(Saved entries)
=-=-=

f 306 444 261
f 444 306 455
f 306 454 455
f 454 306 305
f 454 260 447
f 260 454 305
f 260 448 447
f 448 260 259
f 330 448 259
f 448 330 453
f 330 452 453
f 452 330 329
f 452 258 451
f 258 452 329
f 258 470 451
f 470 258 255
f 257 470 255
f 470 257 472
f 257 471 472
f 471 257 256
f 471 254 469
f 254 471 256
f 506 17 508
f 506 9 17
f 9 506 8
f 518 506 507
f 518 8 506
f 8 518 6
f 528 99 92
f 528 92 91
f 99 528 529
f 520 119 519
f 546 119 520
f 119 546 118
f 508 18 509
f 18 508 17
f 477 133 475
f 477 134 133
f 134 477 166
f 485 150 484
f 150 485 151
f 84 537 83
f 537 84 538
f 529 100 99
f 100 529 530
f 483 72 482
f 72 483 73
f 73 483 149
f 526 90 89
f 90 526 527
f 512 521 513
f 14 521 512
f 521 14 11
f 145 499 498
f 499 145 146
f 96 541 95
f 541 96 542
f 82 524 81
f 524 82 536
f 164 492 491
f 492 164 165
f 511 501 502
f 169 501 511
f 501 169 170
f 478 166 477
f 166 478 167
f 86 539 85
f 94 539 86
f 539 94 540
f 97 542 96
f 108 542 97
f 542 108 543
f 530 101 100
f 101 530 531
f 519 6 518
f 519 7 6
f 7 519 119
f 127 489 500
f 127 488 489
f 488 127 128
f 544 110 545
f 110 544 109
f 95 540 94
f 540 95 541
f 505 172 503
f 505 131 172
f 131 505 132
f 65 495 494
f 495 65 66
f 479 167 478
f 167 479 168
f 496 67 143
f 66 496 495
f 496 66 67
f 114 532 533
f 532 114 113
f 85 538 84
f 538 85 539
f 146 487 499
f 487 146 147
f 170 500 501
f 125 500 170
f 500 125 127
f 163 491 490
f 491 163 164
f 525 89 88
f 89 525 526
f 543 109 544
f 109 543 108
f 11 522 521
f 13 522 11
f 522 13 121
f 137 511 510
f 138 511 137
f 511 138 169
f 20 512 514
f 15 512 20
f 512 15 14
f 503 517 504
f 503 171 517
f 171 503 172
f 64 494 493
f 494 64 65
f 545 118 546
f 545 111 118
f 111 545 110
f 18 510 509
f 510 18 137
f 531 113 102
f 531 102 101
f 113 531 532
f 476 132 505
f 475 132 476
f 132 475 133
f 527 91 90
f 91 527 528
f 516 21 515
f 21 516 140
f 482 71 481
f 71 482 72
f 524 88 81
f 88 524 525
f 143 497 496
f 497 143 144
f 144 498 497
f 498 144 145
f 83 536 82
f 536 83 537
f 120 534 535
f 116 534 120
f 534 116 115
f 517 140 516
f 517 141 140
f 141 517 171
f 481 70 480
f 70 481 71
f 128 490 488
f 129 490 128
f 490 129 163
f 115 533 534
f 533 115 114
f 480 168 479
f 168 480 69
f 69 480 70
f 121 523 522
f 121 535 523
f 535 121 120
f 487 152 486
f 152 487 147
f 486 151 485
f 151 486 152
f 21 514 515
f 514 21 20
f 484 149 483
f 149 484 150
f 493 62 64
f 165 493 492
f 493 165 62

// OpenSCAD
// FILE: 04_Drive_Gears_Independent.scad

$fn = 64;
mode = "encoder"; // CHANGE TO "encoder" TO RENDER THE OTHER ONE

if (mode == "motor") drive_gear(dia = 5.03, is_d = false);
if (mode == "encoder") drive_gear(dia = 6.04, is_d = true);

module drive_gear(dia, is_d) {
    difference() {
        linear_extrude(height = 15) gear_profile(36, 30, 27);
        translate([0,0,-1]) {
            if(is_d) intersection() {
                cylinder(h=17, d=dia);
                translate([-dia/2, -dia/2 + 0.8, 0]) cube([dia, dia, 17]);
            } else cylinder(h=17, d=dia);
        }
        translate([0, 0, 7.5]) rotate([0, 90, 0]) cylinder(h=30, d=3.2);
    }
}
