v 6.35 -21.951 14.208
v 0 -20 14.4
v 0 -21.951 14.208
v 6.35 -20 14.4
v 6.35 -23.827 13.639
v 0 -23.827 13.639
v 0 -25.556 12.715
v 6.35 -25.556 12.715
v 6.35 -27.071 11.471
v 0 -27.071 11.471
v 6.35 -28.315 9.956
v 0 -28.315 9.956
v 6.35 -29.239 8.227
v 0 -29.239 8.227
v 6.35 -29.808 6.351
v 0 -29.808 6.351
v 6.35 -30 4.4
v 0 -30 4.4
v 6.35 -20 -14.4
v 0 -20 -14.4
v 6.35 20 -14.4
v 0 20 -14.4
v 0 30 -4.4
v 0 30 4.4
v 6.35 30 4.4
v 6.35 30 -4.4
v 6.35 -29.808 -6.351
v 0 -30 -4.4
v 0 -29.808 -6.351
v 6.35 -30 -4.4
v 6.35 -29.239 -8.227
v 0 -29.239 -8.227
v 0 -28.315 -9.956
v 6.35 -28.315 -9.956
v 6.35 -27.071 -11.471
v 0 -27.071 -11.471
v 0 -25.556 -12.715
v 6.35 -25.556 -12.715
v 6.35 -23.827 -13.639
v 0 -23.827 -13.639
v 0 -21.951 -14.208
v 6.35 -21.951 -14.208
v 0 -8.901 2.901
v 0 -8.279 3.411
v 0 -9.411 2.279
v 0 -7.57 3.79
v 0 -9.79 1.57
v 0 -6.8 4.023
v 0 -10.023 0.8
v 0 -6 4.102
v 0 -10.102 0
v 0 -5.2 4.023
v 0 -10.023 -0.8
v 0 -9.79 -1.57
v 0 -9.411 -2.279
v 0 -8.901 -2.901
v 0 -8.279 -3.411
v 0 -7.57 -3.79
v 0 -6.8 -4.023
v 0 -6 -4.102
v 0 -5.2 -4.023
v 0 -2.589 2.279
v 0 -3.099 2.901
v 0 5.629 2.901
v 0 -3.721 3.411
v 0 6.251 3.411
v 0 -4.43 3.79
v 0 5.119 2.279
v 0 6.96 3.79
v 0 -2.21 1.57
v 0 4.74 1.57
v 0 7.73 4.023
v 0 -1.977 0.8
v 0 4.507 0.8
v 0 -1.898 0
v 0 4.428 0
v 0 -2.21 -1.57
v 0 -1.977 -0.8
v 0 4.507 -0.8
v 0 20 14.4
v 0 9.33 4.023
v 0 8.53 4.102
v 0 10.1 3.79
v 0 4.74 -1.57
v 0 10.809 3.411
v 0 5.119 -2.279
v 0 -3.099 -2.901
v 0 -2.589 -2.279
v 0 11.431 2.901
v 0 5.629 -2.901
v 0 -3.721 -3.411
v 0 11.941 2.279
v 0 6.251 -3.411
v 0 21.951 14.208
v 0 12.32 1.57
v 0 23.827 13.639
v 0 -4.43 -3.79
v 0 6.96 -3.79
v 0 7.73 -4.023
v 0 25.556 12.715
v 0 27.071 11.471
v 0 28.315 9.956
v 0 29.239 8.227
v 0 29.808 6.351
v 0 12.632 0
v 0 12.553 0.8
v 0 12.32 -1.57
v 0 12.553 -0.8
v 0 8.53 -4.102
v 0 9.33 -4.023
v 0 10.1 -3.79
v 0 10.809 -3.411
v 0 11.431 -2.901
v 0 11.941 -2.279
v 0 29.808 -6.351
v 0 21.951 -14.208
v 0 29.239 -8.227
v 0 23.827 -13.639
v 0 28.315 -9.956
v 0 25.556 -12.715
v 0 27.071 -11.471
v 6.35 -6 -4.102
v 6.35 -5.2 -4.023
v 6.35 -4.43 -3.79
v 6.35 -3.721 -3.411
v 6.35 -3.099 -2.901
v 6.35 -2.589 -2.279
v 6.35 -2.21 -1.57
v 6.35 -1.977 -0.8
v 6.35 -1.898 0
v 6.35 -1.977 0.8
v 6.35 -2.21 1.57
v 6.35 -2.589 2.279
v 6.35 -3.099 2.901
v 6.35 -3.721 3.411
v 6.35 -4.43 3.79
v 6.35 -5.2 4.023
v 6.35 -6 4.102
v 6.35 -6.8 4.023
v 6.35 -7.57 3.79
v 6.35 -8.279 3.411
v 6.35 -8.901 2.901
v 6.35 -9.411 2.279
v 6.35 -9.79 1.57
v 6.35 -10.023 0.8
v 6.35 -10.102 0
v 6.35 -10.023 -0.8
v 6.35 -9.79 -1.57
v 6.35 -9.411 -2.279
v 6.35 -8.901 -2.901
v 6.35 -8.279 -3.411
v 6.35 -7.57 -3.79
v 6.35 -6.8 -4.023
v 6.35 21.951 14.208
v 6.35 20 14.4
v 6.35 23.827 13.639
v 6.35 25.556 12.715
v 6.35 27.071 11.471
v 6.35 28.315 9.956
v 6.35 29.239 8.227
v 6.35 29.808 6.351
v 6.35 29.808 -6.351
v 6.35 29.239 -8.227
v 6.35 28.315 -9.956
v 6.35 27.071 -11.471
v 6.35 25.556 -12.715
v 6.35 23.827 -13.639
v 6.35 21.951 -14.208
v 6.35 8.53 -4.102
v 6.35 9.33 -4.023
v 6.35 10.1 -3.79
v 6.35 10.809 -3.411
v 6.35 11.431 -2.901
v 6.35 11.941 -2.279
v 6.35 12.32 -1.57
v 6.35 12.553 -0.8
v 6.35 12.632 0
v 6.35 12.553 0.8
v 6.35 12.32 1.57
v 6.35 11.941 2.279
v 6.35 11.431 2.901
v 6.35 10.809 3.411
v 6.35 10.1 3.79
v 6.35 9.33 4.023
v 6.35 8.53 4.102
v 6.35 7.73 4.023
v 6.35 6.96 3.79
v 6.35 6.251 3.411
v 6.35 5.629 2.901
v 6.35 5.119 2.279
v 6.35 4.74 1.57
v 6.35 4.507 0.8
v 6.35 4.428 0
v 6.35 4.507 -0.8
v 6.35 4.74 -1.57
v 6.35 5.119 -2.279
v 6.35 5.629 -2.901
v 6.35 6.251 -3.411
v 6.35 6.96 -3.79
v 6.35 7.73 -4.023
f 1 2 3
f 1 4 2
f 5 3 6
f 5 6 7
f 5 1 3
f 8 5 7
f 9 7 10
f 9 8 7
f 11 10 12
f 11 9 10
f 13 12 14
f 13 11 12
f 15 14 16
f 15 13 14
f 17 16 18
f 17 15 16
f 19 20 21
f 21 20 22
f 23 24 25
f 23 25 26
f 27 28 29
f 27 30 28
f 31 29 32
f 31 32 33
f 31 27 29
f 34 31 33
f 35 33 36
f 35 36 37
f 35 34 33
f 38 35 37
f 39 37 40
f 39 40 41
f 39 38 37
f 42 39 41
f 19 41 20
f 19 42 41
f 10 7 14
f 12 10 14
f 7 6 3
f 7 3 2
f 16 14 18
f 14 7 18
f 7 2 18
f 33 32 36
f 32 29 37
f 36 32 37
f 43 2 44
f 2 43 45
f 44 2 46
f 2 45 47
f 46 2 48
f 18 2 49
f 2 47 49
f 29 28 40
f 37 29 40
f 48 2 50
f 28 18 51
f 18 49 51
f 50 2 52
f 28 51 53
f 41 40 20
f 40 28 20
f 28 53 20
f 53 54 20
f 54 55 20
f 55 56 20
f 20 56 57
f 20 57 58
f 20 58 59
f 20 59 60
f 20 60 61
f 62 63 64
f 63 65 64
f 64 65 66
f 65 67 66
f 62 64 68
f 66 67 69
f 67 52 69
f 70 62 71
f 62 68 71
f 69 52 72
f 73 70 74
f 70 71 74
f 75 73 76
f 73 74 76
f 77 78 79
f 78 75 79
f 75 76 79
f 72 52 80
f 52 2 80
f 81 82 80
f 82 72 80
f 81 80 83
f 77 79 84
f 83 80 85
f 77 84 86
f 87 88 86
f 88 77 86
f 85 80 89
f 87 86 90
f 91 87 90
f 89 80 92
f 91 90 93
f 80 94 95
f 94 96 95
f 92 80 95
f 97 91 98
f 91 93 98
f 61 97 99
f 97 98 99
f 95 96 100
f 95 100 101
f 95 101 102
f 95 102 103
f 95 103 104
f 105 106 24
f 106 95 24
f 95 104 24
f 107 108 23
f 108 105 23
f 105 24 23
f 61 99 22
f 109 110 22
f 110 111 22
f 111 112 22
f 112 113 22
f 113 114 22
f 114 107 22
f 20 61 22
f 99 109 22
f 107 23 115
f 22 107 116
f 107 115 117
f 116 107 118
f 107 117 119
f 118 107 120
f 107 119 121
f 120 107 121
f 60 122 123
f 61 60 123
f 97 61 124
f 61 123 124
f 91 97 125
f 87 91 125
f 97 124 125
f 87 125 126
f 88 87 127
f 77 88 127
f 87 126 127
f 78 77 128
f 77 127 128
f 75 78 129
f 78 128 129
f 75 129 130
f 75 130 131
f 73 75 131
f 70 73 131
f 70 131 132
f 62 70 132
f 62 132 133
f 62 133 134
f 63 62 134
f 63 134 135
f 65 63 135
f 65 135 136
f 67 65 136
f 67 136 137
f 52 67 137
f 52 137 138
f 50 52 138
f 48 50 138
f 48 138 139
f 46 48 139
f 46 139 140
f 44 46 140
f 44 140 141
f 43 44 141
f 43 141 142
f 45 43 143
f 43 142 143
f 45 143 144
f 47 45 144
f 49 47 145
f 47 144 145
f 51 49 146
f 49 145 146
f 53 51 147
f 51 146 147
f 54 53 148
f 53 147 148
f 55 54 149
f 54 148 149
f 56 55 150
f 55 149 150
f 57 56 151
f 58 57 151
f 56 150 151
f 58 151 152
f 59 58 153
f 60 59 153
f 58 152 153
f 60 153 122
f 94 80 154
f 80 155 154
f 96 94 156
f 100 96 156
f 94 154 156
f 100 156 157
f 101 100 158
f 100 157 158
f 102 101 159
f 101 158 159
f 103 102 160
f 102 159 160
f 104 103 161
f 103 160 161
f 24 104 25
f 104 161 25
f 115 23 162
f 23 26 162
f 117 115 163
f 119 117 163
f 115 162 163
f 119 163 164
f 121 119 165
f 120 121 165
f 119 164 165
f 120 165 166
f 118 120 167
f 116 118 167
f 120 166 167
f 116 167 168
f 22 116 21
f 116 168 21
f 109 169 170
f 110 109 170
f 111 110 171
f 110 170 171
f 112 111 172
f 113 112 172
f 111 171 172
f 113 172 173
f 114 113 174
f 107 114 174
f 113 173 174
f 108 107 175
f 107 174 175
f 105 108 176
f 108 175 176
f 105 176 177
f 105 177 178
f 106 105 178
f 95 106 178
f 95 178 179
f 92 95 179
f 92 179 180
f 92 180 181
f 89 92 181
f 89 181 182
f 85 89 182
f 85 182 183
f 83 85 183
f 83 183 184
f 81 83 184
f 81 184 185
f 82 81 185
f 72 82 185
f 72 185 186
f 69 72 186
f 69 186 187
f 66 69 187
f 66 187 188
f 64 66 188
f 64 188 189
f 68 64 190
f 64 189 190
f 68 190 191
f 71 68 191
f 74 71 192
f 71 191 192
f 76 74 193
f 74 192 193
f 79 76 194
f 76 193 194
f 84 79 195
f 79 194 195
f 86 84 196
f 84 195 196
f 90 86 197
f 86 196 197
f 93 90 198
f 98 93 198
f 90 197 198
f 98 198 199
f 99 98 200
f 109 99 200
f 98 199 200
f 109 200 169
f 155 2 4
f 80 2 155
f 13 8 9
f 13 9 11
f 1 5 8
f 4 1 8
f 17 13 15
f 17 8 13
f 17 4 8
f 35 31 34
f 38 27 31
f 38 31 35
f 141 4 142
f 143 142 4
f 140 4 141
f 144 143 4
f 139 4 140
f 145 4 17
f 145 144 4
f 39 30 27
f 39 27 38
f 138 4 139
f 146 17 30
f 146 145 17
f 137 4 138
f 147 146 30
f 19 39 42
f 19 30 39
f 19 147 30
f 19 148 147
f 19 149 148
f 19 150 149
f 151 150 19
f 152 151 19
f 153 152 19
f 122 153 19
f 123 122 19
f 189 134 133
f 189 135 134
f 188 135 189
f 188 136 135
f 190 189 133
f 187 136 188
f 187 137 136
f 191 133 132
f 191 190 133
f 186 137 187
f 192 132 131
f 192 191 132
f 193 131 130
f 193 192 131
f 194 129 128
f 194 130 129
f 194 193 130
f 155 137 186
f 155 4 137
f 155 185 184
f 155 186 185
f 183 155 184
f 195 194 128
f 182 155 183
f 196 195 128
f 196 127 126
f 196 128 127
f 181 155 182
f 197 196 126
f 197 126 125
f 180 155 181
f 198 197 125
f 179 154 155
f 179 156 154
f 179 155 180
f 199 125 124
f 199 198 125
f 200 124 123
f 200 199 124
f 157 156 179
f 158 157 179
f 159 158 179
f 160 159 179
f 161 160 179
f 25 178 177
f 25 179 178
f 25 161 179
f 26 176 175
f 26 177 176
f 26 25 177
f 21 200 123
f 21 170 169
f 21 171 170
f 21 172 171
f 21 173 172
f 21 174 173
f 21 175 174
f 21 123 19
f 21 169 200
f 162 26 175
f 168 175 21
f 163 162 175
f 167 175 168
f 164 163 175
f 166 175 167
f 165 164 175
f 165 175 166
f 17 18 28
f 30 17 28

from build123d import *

# Parameters (mm, degrees)
SKETCH1_R                = 4
SKETCH1_W                = 28.8
SKETCH1_H                = 60
BOSS_EXTRUDE1_DEPTH      = 6.35
F_5_16_CLEARANCE_HOLE1_D = 8.2042
FILLET1_R                = 10


with BuildPart() as part:
    # Sketch1 → Boss-Extrude1 (new body)
    with BuildSketch(Plane(origin=(0, 0, 0), x_dir=(0, 0, -1), z_dir=(1, 0, 0))):
        with Locations((0, -6)):
            Circle(SKETCH1_R)
        with Locations((0, 8.53)):
            Circle(SKETCH1_R)
        Rectangle(SKETCH1_W, SKETCH1_H)
        with Locations((0, -6)):
            Circle(SKETCH1_R, mode=Mode.SUBTRACT)
        with Locations((0, 8.53)):
            Circle(SKETCH1_R, mode=Mode.SUBTRACT)
    extrude(amount=BOSS_EXTRUDE1_DEPTH)

    # 5/16 Clearance Hole1 (through all)
    with Locations(Plane.ZY):
        with Locations((0, 8.53), (0, -6)):
            Hole(F_5_16_CLEARANCE_HOLE1_D / 2)

    # Fillet1
    fillet1_edges = [part.edges().sort_by_distance(p)[0] for p in [
        (3.175, 30, 14.4),
        (3.175, 30, -14.4),
        (3.175, -30, -14.4),
        (3.175, -30, 14.4),
    ]]
    fillet(fillet1_edges, radius=FILLET1_R)


solid = part.part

=-=-=

* AIM OF THE TASK
Please return exactly the lines from the opening line of the data above through the line with "f 511 501 502", both included and nothing else.

* TASK OUTPUT
f 306 444 261
f 444 306 455
f 306 454 455
f 454 306 305
f 454 260 447
f 260 454 305
f 260 448 447
f 448 260 259
f 330 448 259
f 448 330 453
f 330 452 453
f 452 330 329
f 452 258 451
f 258 452 329
f 258 470 451
f 470 258 255
f 257 470 255
f 470 257 472
f 257 471 472
f 471 257 256
f 471 254 469
f 254 471 256
f 506 17 508
f 506 9 17
f 9 506 8
f 518 506 507
f 518 8 506
f 8 518 6
f 528 99 92
f 528 92 91
f 99 528 529
f 520 119 519
f 546 119 520
f 119 546 118
f 508 18 509
f 18 508 17
f 477 133 475
f 477 134 133
f 134 477 166
f 485 150 484
f 150 485 151
f 84 537 83
f 537 84 538
f 529 100 99
f 100 529 530
f 483 72 482
f 72 483 73
f 73 483 149
f 526 90 89
f 90 526 527
f 512 521 513
f 14 521 512
f 521 14 11
f 145 499 498
f 499 145 146
f 96 541 95
f 541 96 542
f 82 524 81
f 524 82 536
f 164 492 491
f 492 164 165
f 511 501 502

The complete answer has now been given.